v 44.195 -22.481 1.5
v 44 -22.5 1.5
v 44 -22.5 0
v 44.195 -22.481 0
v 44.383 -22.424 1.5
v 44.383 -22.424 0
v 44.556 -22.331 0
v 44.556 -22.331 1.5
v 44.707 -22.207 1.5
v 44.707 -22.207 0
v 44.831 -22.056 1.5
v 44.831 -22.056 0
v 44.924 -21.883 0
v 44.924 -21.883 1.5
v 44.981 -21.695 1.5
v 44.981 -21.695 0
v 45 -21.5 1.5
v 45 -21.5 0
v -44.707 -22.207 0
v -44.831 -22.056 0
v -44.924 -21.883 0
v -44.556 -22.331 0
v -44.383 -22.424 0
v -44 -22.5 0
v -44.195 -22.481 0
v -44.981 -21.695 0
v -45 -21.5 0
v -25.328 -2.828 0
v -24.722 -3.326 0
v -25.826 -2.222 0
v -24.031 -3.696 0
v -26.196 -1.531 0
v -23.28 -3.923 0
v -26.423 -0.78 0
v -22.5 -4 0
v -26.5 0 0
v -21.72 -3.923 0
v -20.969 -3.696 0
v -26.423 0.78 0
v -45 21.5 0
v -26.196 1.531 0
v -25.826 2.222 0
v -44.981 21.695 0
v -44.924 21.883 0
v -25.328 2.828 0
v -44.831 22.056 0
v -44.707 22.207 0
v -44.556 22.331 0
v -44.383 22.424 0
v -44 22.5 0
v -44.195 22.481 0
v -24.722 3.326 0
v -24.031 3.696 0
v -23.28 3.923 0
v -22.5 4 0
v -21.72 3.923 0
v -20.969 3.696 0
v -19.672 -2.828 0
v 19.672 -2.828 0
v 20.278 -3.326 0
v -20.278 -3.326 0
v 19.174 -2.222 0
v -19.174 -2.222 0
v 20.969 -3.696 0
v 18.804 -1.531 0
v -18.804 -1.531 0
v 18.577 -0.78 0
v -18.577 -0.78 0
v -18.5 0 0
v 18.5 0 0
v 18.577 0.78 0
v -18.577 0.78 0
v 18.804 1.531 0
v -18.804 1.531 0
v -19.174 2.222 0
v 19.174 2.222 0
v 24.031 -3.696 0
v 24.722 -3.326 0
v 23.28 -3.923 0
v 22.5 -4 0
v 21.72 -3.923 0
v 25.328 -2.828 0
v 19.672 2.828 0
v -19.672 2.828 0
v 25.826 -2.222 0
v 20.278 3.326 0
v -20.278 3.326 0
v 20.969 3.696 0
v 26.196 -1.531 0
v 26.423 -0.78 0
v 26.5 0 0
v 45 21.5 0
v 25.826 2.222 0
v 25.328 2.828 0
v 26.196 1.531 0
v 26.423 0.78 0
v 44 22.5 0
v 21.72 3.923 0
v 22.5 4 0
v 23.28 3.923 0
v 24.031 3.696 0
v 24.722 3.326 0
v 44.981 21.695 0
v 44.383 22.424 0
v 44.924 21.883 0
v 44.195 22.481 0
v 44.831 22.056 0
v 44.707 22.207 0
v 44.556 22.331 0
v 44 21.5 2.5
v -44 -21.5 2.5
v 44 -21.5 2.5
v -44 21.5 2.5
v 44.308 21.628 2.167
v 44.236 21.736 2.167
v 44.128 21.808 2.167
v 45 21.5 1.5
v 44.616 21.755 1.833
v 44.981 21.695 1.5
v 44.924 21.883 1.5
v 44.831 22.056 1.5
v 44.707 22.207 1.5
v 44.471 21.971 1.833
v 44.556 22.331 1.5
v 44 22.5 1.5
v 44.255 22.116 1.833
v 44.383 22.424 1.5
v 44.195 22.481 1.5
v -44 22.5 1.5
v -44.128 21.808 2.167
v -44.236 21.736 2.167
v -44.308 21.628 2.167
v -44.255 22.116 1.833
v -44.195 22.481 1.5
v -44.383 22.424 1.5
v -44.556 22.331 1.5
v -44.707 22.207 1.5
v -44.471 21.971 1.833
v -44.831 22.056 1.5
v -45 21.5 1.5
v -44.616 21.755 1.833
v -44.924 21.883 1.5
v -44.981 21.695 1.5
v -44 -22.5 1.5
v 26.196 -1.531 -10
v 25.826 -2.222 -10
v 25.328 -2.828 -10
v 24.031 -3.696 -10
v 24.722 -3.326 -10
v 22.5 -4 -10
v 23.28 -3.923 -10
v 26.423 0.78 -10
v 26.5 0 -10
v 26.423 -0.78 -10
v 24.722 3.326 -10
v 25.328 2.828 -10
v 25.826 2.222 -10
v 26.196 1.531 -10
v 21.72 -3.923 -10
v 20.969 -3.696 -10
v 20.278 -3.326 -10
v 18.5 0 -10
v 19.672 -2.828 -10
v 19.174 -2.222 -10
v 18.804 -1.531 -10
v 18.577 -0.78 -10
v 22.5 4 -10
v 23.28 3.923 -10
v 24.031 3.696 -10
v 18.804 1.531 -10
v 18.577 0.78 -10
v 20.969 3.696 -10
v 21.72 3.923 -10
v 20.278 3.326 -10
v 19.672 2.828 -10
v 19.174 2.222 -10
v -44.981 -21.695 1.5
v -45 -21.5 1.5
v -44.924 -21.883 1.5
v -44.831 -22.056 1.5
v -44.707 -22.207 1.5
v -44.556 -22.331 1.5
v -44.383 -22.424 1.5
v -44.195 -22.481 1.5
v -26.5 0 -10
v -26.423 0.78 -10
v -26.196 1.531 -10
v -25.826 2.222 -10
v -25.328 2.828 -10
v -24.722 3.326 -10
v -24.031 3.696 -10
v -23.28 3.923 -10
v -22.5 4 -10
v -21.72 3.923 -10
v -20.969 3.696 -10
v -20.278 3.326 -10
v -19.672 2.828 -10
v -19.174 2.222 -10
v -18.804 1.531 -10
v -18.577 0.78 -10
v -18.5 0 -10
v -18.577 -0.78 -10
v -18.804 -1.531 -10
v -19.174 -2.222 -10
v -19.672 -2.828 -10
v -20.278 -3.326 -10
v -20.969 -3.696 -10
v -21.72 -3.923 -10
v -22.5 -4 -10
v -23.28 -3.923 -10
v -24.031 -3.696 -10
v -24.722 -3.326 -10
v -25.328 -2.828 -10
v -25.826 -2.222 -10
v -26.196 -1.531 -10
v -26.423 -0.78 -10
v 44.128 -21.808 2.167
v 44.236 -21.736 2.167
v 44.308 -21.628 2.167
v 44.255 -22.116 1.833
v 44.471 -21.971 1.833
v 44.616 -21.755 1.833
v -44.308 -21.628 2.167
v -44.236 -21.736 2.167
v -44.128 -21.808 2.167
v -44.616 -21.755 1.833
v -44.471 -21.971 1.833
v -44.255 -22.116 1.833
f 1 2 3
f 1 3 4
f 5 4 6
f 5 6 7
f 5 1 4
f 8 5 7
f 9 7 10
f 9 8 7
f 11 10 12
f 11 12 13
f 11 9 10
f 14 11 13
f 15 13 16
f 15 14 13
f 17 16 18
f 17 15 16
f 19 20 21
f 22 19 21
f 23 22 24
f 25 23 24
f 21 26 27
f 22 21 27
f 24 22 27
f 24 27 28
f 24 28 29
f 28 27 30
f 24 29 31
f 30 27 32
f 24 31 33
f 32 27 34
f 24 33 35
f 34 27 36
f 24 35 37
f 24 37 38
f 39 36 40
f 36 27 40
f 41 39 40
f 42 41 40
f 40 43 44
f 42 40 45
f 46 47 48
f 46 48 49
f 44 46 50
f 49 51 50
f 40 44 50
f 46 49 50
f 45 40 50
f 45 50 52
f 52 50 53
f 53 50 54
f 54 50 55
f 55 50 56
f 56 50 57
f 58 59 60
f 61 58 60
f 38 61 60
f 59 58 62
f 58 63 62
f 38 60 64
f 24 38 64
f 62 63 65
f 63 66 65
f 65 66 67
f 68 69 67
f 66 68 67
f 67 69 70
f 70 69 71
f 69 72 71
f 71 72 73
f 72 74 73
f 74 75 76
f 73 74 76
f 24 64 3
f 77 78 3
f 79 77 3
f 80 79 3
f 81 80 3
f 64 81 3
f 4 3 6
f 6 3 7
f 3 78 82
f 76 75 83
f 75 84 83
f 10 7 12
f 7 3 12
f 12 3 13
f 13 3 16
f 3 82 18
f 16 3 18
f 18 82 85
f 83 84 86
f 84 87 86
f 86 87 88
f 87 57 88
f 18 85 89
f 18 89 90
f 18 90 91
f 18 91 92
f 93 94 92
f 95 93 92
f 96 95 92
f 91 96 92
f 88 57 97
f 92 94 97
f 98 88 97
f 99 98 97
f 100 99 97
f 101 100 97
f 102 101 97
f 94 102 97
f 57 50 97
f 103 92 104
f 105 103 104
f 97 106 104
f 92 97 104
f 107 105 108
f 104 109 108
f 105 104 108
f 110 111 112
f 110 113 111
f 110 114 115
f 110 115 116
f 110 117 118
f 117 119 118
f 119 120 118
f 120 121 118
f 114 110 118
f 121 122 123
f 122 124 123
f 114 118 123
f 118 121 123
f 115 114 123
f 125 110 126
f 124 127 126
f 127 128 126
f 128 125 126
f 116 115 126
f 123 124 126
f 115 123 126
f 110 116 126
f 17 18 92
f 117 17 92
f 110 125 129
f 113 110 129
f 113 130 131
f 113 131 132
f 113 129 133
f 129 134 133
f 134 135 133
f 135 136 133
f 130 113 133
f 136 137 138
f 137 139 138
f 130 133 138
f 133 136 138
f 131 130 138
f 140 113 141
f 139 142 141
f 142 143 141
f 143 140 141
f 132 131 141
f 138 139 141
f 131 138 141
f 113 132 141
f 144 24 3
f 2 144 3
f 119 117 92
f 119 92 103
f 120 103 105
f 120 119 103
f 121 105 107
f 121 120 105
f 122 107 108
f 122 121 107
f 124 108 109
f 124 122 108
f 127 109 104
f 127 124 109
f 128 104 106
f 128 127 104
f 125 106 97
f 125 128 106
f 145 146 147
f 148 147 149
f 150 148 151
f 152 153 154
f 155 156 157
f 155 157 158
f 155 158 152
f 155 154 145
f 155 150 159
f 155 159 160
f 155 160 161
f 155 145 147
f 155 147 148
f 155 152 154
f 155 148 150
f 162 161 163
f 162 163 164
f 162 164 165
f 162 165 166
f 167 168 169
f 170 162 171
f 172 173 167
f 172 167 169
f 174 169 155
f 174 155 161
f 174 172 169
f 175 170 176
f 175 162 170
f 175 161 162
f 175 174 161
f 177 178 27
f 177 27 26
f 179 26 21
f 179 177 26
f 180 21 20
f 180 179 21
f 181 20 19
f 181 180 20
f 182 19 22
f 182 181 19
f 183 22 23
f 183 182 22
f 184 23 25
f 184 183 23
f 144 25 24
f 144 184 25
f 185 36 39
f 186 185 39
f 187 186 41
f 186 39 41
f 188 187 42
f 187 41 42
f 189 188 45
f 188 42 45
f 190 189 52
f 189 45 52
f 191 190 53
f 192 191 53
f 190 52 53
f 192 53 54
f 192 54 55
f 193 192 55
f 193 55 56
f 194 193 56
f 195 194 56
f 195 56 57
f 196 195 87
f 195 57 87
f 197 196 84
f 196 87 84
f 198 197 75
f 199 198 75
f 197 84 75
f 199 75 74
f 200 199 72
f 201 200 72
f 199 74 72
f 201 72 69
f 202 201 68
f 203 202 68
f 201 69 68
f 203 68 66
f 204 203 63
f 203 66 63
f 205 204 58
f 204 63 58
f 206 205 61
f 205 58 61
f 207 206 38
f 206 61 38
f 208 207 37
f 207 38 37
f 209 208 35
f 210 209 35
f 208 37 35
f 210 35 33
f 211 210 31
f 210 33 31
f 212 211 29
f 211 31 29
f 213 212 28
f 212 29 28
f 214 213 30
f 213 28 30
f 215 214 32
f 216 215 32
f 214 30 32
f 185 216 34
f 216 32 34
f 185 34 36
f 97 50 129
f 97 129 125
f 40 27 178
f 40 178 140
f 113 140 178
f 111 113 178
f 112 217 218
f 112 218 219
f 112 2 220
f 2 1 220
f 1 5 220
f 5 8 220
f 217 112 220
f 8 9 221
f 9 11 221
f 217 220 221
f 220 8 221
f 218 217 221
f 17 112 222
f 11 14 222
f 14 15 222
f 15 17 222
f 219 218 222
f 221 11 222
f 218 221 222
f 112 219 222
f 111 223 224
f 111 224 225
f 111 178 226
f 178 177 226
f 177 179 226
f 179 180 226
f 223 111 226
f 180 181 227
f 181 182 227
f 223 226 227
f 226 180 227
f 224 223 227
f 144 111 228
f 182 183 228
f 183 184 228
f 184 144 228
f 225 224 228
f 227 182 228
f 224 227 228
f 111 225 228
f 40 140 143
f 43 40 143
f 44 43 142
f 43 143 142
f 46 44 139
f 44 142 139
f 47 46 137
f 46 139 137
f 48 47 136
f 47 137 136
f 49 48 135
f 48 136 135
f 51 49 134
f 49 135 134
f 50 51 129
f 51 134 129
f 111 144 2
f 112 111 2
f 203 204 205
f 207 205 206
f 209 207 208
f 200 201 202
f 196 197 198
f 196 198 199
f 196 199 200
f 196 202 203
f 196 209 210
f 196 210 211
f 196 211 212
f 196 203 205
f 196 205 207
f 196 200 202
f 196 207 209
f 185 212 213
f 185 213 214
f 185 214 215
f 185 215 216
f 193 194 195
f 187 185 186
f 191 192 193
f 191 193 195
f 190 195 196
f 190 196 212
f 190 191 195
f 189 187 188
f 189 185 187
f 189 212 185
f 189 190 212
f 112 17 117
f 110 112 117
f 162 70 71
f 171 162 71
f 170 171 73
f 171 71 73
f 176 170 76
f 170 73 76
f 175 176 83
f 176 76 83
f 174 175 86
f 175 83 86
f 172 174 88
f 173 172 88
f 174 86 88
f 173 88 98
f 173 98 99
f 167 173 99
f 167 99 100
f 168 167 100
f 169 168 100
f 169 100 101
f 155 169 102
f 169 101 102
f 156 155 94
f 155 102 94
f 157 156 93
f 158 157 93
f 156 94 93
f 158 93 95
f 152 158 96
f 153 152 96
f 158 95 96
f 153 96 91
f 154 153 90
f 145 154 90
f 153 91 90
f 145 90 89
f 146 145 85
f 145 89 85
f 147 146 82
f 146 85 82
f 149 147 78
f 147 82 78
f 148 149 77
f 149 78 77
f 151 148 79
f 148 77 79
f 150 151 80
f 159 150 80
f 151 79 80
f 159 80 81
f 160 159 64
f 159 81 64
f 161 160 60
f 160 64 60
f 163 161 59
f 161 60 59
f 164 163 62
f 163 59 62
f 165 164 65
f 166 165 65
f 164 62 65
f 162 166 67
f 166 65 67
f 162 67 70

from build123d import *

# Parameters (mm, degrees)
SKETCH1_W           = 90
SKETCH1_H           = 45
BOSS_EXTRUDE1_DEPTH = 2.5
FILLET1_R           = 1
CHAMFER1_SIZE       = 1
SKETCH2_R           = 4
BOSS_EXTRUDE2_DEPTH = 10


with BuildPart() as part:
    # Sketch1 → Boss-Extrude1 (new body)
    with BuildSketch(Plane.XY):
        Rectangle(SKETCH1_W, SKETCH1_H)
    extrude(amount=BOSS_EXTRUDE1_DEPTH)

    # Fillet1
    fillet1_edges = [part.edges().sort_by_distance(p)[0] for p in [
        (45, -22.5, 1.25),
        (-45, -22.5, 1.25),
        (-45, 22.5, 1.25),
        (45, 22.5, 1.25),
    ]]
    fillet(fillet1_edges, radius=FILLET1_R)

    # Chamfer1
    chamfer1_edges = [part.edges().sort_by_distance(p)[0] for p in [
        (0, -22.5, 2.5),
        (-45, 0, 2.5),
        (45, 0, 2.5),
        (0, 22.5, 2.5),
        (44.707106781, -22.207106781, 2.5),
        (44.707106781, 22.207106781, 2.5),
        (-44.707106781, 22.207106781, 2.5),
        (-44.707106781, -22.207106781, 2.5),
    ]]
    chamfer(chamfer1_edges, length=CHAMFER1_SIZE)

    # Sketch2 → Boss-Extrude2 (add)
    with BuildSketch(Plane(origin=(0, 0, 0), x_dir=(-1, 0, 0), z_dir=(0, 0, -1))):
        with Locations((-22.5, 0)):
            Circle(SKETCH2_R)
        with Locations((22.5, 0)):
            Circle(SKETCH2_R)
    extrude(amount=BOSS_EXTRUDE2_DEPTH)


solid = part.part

* * *

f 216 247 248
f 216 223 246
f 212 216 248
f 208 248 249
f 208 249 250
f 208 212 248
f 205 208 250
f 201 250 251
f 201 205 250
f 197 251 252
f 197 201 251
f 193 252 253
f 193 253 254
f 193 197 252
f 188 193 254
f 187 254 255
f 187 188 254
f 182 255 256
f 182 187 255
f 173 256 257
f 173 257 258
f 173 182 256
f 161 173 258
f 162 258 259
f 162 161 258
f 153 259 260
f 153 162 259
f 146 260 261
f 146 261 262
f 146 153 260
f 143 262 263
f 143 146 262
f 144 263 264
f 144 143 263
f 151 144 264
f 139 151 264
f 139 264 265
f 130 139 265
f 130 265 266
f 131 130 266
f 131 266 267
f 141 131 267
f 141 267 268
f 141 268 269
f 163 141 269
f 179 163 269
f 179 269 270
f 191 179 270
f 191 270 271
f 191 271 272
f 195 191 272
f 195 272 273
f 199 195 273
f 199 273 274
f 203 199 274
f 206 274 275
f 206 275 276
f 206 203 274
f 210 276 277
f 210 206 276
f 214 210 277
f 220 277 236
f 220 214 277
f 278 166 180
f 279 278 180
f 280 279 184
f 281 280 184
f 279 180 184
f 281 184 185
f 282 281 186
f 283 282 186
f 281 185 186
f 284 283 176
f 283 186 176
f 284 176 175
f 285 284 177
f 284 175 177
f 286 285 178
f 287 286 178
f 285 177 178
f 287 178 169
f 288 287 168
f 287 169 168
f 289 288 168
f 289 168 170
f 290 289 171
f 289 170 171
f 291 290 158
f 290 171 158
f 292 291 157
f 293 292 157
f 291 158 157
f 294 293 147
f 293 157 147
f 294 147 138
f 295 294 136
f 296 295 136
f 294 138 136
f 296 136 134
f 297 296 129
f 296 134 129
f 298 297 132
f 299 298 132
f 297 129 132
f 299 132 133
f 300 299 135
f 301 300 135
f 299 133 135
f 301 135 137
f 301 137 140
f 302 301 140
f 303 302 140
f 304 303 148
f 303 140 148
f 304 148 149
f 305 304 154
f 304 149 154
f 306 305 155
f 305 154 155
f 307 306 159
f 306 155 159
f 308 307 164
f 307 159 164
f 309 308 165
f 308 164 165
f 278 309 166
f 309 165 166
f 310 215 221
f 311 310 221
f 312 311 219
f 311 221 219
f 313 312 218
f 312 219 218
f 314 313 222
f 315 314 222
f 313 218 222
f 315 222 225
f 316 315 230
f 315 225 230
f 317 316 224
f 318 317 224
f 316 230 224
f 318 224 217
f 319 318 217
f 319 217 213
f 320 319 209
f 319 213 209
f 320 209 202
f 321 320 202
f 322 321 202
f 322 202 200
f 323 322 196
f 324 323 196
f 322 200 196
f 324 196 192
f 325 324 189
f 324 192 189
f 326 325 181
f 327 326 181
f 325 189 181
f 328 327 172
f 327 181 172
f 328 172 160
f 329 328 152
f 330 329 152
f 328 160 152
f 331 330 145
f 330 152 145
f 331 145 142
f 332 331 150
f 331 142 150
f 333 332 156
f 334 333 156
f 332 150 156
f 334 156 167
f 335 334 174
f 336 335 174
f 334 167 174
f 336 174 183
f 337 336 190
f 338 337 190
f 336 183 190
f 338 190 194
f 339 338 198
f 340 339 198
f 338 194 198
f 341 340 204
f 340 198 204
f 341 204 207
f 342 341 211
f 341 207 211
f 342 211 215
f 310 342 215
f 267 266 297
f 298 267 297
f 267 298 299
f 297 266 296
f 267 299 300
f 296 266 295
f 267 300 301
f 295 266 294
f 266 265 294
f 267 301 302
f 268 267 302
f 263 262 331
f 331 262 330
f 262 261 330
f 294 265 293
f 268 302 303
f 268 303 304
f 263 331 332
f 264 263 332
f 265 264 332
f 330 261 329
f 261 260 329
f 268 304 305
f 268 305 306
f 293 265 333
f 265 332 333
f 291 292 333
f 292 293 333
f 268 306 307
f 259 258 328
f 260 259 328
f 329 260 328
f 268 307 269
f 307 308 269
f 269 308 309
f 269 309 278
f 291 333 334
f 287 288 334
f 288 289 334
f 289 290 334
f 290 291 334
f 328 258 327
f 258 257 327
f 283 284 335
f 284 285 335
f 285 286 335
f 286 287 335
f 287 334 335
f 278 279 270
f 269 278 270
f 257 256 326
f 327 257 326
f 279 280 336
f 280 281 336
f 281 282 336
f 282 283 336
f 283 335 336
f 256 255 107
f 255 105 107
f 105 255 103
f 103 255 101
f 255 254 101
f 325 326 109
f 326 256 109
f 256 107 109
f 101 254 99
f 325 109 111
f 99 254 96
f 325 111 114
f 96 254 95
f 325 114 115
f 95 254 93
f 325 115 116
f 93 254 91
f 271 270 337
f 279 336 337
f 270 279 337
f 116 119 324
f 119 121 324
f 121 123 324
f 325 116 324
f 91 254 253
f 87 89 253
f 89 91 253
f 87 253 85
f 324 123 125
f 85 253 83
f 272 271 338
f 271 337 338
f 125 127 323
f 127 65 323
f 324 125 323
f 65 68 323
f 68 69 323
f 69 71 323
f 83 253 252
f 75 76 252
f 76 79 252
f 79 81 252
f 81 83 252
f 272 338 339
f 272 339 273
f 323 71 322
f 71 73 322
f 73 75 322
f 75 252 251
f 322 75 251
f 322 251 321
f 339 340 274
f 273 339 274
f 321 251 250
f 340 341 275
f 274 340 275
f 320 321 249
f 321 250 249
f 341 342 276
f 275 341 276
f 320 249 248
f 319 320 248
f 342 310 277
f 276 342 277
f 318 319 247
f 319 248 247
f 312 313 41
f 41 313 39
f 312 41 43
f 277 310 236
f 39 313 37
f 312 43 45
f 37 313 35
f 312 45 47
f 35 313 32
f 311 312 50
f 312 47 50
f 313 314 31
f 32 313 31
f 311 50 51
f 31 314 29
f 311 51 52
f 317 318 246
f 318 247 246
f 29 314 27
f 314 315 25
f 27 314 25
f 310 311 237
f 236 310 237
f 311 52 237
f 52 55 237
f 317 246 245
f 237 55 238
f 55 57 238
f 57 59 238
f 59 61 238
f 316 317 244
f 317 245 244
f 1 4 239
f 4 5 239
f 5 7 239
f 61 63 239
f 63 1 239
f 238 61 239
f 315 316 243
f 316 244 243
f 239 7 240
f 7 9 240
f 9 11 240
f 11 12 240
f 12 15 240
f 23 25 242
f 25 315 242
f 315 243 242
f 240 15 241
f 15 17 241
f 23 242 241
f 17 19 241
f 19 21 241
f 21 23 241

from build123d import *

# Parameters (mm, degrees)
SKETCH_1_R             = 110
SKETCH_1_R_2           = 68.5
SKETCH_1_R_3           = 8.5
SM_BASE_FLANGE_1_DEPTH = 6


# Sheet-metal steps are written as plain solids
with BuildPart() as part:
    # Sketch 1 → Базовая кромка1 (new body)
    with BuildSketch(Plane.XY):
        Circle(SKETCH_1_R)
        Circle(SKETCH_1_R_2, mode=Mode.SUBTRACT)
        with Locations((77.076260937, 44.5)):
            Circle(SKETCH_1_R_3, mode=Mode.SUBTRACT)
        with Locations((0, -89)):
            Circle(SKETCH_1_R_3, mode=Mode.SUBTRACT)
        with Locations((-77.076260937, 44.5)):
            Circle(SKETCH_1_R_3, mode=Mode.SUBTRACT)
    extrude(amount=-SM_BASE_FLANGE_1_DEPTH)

DESCRIPTION OF THE TASK:
From the records above, quote only the lines running from the line with "f 173 257 258" to the line with "f 285 177 178", both lines included.

EXPECTED ANSWER:
f 173 257 258
f 173 182 256
f 161 173 258
f 162 258 259
f 162 161 258
f 153 259 260
f 153 162 259
f 146 260 261
f 146 261 262
f 146 153 260
f 143 262 263
f 143 146 262
f 144 263 264
f 144 143 263
f 151 144 264
f 139 151 264
f 139 264 265
f 130 139 265
f 130 265 266
f 131 130 266
f 131 266 267
f 141 131 267
f 141 267 268
f 141 268 269
f 163 141 269
f 179 163 269
f 179 269 270
f 191 179 270
f 191 270 271
f 191 271 272
f 195 191 272
f 195 272 273
f 199 195 273
f 199 273 274
f 203 199 274
f 206 274 275
f 206 275 276
f 206 203 274
f 210 276 277
f 210 206 276
f 214 210 277
f 220 277 236
f 220 214 277
f 278 166 180
f 279 278 180
f 280 279 184
f 281 280 184
f 279 180 184
f 281 184 185
f 282 281 186
f 283 282 186
f 281 185 186
f 284 283 176
f 283 186 176
f 284 176 175
f 285 284 177
f 284 175 177
f 286 285 178
f 287 286 178
f 285 177 178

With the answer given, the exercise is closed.